Fear and Trust in AI: People Only See the Chat — But What Is the Rest?


When artificial intelligence comes up in an executive meeting, the image most people form in their minds is ChatGPT. A chat window, a question, an answer.

The problem is that this image is as reductive as judging the automobile from a single visit to a dealership.

The chatbot is the tip of the iceberg. It’s the most visible interface because it resembles a human conversation. But underneath, there is a whole ecosystem of capabilities that actually change the game for an organization. And it’s that “rest” that should interest an executive — not the chat itself.

The Chatbot Is Only the Surface

A chatbot responds based on what the model learned during training. It doesn’t know your contracts, internal policies, latest financial report, or clients. If you ask it “how many Bill 25 complaints did we receive last month,” it invents or refuses.

That’s where the “rest” comes in. Here are four building blocks that, together, transform AI from a conversation gadget into a business tool.

1. RAG: Making Your Own Documents Speak

RAG stands for Retrieval-Augmented Generation.

The idea is simple. Before answering, the AI searches a document base you provide: policies, procedures, contracts, reports, emails. It then bases its answer on what it finds there, not on its training memories.

Concretely, this is what allows an employee to ask “what is our teleworking policy” and get an answer grounded in YOUR document, with the exact citation.

For a manager, that’s the first real gain. AI becomes an organizational memory that can answer internal questions without drowning everyone in PDFs.

2. Agents: AI That Executes, Not Just Talks

An agent is an AI that no longer just responds. It plans, breaks a task into steps, and executes them.

Concrete example. You tell it: “prepare a summary of yesterday’s meeting, send it to participants, and create follow-up tasks in our project tool.” A chatbot would write a draft. An agent reads the recording, drafts the summary, sends the email, and creates the tasks.

That changes the nature of work. We no longer ask AI to write — we ask it to DO. And yes, that raises security, access rights, and traceability questions that must not be dismissed.

3. MCP: The Universal Connector

MCP, for Model Context Protocol, is an open standard proposed in 2024 by Anthropic and since adopted by several industry players, including OpenAI and Google.

The simplest analogy is USB-C. Before USB-C, every device had its own cable. MCP does the same for AI: a standard protocol that lets a model connect securely to your tools. Your emails, calendar, CRM, file server, ticketing tool.

Without MCP, every integration is a custom project. With MCP, we’re talking about a connector you plug in, configure permissions, and you’re ready.

For an executive, the importance isn’t in the technology. It’s in the strategic question that follows. Which systems do you want AI to access, with what rights and what logging? That looks a lot like access management we already do for humans.

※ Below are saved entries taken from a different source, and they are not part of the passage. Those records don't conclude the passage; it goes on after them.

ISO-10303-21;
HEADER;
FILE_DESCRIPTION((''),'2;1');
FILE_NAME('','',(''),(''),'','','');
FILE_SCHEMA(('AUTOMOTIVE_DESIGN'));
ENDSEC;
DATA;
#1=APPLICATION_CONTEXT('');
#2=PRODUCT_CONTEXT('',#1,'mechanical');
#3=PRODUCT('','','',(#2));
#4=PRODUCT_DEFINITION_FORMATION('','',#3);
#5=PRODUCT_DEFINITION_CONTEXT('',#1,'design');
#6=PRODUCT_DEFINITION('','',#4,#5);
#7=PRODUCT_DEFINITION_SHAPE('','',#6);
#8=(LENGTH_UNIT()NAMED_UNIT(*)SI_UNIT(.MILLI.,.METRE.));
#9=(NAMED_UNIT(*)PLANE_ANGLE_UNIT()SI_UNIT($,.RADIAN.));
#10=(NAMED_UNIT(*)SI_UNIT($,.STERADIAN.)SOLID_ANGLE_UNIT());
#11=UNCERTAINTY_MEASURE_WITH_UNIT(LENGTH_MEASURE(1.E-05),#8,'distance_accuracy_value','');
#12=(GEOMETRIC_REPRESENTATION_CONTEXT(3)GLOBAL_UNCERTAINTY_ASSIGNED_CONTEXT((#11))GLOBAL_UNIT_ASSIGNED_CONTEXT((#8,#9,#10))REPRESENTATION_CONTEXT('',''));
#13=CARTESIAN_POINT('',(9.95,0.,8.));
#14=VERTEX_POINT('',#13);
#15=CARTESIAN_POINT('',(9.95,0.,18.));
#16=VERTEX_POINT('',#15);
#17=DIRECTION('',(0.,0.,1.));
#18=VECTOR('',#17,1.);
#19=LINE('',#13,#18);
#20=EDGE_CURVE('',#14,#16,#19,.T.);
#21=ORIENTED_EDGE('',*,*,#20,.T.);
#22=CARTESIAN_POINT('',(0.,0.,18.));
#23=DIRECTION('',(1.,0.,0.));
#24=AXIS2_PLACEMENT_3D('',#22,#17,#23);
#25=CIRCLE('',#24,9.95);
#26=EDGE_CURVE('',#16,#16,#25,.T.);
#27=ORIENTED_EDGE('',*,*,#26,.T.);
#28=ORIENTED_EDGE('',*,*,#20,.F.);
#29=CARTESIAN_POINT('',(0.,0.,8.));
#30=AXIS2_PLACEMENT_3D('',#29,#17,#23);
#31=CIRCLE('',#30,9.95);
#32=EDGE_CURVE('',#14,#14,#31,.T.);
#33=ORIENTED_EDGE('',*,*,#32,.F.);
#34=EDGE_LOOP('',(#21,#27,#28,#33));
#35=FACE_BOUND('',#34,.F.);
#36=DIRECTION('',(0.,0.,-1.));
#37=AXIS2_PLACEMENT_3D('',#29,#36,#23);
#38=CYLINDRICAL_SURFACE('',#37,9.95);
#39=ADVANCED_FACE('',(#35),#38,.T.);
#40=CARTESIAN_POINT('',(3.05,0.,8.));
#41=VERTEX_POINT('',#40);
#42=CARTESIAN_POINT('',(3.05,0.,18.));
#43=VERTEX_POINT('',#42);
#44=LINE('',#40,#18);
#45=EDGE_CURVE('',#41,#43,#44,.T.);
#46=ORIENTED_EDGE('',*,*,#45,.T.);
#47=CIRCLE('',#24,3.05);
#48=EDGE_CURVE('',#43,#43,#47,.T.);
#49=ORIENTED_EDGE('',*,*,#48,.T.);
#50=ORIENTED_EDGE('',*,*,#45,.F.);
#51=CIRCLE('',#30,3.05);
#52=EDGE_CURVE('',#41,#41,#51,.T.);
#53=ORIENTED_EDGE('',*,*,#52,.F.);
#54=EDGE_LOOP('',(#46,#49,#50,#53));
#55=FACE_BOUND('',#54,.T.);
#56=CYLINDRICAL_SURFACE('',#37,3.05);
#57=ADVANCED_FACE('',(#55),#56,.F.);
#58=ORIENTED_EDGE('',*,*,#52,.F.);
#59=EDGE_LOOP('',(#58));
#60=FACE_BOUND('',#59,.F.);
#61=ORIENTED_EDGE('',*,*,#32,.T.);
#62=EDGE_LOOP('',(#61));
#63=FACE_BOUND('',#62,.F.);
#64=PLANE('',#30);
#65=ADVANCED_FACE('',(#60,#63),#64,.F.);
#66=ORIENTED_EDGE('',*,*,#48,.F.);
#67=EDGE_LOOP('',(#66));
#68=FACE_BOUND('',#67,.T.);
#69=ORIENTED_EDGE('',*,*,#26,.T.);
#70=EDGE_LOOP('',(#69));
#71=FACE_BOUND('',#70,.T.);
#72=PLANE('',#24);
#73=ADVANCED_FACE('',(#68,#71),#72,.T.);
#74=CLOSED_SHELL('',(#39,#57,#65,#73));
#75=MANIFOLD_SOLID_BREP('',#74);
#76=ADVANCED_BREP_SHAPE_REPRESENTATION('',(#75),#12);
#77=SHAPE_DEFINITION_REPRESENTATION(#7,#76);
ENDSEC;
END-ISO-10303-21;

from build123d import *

# Parameters (mm, degrees)
SKETCH001_R   = 9.95
SKETCH001_R_2 = 3.05
PAD_DEPTH     = 10


with BuildPart() as part:
    # Sketch001 → Pad (new body)
    with BuildSketch(Plane.XY.offset(8)):
        Circle(SKETCH001_R)
        Circle(SKETCH001_R_2, mode=Mode.SUBTRACT)
    extrude(amount=PAD_DEPTH)


solid = part.part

4. Computer Use: AI That Drives the Screen

Last building block, the most recent. AI can now take control of a browser or even a computer. It sees the screen, clicks, types, navigates.

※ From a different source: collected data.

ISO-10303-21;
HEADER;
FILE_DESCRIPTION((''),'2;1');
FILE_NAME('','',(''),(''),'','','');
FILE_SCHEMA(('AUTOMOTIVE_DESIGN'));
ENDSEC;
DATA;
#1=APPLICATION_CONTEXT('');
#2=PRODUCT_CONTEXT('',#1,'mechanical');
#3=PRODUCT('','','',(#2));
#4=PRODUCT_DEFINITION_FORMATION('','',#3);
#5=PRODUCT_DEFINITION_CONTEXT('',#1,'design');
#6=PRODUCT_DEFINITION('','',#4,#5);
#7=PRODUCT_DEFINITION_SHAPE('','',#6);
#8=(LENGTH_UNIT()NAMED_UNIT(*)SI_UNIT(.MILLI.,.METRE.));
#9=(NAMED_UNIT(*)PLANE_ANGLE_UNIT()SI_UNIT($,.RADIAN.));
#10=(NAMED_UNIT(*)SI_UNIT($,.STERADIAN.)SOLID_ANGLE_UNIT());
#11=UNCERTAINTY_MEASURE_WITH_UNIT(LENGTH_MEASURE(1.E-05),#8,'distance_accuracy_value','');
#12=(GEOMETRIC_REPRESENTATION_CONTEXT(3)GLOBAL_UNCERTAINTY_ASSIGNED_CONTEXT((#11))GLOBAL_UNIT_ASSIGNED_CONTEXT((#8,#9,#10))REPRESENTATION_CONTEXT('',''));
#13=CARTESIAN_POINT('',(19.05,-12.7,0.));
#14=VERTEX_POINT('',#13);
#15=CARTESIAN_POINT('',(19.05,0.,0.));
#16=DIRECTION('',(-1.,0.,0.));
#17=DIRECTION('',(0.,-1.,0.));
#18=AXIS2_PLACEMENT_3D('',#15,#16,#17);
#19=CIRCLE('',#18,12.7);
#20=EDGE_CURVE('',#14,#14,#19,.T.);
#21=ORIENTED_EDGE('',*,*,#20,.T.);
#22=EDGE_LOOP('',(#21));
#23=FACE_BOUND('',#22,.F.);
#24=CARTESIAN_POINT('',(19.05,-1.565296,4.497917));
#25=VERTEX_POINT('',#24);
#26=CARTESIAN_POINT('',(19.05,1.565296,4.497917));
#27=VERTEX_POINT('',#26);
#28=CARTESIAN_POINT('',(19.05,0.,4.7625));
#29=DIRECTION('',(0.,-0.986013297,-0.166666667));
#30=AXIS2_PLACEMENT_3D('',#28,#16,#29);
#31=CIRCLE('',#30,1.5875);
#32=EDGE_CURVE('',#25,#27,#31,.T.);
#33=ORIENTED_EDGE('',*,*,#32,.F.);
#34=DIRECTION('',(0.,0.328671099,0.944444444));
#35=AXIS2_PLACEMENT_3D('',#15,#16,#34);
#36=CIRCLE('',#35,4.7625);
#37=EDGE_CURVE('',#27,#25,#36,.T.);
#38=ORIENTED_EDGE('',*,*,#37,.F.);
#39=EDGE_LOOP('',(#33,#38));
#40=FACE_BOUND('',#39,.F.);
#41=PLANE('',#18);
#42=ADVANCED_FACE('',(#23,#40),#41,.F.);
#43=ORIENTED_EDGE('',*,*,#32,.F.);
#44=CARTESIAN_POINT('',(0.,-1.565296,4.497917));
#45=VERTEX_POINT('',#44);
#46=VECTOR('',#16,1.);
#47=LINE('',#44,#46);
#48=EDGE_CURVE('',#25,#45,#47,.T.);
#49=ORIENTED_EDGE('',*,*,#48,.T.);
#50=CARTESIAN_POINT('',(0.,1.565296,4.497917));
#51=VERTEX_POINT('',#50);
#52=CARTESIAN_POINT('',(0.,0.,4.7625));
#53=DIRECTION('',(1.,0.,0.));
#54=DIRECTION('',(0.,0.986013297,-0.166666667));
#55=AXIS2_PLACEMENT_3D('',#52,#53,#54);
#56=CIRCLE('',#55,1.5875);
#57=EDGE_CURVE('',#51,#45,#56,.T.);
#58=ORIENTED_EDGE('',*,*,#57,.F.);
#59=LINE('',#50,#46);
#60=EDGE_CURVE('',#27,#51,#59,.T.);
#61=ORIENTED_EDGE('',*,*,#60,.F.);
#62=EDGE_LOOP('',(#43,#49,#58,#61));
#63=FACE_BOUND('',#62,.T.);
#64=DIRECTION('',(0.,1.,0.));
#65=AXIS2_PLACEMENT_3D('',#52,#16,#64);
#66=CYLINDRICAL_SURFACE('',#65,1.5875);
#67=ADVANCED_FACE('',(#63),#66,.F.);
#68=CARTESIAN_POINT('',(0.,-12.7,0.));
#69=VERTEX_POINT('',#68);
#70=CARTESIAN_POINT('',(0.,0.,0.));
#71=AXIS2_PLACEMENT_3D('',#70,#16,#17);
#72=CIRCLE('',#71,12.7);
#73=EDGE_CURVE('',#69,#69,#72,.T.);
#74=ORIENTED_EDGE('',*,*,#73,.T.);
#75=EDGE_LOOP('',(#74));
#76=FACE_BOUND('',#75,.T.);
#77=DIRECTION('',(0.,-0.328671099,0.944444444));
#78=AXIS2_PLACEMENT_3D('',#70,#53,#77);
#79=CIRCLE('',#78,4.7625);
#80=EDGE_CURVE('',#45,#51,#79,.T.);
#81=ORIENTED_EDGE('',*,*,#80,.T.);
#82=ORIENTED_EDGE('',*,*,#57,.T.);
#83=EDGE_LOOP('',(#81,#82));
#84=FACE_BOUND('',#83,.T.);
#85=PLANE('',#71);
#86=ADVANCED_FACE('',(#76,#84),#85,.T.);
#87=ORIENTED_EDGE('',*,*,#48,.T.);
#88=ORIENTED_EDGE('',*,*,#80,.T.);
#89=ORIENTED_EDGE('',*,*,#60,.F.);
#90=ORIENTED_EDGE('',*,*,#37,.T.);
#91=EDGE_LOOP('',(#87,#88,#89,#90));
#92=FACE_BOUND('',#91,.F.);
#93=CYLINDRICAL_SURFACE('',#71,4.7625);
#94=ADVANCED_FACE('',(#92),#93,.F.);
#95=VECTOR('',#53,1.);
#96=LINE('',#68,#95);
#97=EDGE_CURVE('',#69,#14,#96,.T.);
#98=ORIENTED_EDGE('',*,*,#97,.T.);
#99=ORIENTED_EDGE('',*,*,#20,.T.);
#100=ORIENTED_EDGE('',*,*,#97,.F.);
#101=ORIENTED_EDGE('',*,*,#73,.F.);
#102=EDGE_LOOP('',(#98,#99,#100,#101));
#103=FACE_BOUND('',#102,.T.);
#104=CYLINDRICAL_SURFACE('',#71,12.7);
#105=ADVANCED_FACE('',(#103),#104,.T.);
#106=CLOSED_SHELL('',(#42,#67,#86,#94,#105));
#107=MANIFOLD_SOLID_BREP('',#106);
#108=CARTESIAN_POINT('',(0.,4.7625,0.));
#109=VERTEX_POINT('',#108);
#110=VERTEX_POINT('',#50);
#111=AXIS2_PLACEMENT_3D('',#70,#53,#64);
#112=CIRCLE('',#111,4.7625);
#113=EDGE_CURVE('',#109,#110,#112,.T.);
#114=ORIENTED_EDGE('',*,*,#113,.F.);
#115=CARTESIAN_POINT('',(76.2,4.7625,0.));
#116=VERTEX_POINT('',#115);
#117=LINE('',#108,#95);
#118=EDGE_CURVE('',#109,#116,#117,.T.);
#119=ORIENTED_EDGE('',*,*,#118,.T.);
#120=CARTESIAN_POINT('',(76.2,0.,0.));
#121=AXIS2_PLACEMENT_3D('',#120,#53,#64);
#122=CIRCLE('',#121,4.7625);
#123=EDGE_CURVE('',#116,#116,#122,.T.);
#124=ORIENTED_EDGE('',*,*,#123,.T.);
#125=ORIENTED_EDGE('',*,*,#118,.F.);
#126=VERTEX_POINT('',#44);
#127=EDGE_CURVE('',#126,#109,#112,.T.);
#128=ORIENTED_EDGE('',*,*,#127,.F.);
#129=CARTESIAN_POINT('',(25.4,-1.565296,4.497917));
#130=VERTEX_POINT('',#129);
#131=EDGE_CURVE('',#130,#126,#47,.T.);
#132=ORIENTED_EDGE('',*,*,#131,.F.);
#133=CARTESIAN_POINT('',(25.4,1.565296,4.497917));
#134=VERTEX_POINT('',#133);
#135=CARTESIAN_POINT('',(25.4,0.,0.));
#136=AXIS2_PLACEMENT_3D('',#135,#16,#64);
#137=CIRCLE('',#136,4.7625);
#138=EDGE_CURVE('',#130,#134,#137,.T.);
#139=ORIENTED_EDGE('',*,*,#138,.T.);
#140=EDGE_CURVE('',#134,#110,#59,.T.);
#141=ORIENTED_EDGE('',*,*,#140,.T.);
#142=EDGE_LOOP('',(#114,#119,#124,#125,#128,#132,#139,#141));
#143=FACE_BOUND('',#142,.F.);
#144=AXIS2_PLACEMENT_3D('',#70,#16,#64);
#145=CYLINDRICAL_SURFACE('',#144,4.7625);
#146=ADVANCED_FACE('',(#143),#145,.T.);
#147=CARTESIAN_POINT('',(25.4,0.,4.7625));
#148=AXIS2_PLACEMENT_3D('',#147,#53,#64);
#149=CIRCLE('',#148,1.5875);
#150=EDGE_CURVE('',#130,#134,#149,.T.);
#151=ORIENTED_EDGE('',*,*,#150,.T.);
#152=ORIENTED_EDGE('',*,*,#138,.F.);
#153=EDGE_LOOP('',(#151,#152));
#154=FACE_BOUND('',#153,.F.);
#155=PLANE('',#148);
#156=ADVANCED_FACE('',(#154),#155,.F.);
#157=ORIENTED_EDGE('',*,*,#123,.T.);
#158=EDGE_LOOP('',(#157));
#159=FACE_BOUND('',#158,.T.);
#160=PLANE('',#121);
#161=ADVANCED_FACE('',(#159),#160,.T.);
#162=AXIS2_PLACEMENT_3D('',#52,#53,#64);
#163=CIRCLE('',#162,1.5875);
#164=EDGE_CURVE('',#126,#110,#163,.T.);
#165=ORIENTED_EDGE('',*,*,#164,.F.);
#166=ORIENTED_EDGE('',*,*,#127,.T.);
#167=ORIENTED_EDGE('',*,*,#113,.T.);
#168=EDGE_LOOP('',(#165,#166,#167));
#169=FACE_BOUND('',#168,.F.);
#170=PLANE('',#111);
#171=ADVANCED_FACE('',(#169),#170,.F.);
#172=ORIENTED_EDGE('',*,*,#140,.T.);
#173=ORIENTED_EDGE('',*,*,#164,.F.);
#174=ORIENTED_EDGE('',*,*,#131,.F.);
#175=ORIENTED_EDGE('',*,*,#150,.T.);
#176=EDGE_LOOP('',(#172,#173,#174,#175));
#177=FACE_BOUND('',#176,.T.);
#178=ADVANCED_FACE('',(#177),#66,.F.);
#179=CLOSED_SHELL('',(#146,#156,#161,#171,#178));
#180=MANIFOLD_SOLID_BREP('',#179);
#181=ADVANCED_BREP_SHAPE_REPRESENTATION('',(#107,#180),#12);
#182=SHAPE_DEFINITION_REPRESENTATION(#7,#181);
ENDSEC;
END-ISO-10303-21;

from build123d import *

# Parameters (mm, degrees)
F0_R     = 4.7625
F1_DEPTH = 76.2
F3_R     = 12.7
F3_R_2   = 4.7625
F4_DEPTH = 19.05
F2_R     = 1.5875
F5_DEPTH = 25.4


with BuildPart() as f1:
    # F0 (on Right) → F1 (new body)
    with BuildSketch(Plane.YZ):
        Circle(F0_R)
    extrude(amount=F1_DEPTH)


with BuildPart() as f4:
    # F3 (on face) → F4 (new body)
    with BuildSketch(Plane(origin=(0, 0, 0), x_dir=(0, -1, 0), z_dir=(-1, 0, 0))):
        Circle(F3_R)
        Circle(F3_R_2, mode=Mode.SUBTRACT)
    extrude(amount=-F4_DEPTH)


with BuildPart() as f5_tool:
    # F2 (on Right) → F5 (new body)
    with BuildSketch(Plane.YZ):
        with Locations((0, 4.7625)):
            Circle(F2_R)
    extrude(amount=F5_DEPTH)


with BuildPart() as f1_1:
    add(f1.part)

    # F5: cut by f5_tool
    add(f5_tool.part, mode=Mode.SUBTRACT)


with BuildPart() as f4_1:
    add(f4.part)

    # F5: cut by f5_tool
    add(f5_tool.part, mode=Mode.SUBTRACT)


solid = Compound([f1_1.part, f4_1.part])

Concretely, this allows automating tasks in software that has no API: filling out a government form, extracting data from a legacy interface, placing an order on a website.

It’s powerful. It’s also risky. If you let AI click on your behalf in your bank portal, you’d better know exactly what it’s allowed to do.

And Fear, in All This?

Fear of AI, in most conversations I have with executives, comes from a misunderstanding. We confuse the demo tool — the chatbot — with industrial reality.

Judging AI on ChatGPT is like judging the Internet on the fact that you once received a phishing email.

Trust is not earned by saying “trust AI.” It’s built with the same tools we use to trust an employee: a clear description of tasks, managed access, action logging, approval controls for sensitive operations, and regular review of what it did.

That’s exactly the reading grid we’ve applied in information security for 25 years. AI is not a special case. It’s a new actor to integrate into the security program.

What to Remember

If your only experience of AI is asking it for a chicken recipe, you’re looking at the end of the dock. The real strategic discussion comes down to four questions:

  1. Which documents do you want AI to consult? (RAG)
  2. Which tasks do you want it to execute? (Agents)
  3. Which systems do you want it to connect to? (MCP)
  4. Which software do you want it to operate on your behalf? (Computer use)

These four questions are not technical. They are governance questions. As long as an executive doesn’t ask them, they will remain a spectator of a transformation happening anyway, all around them.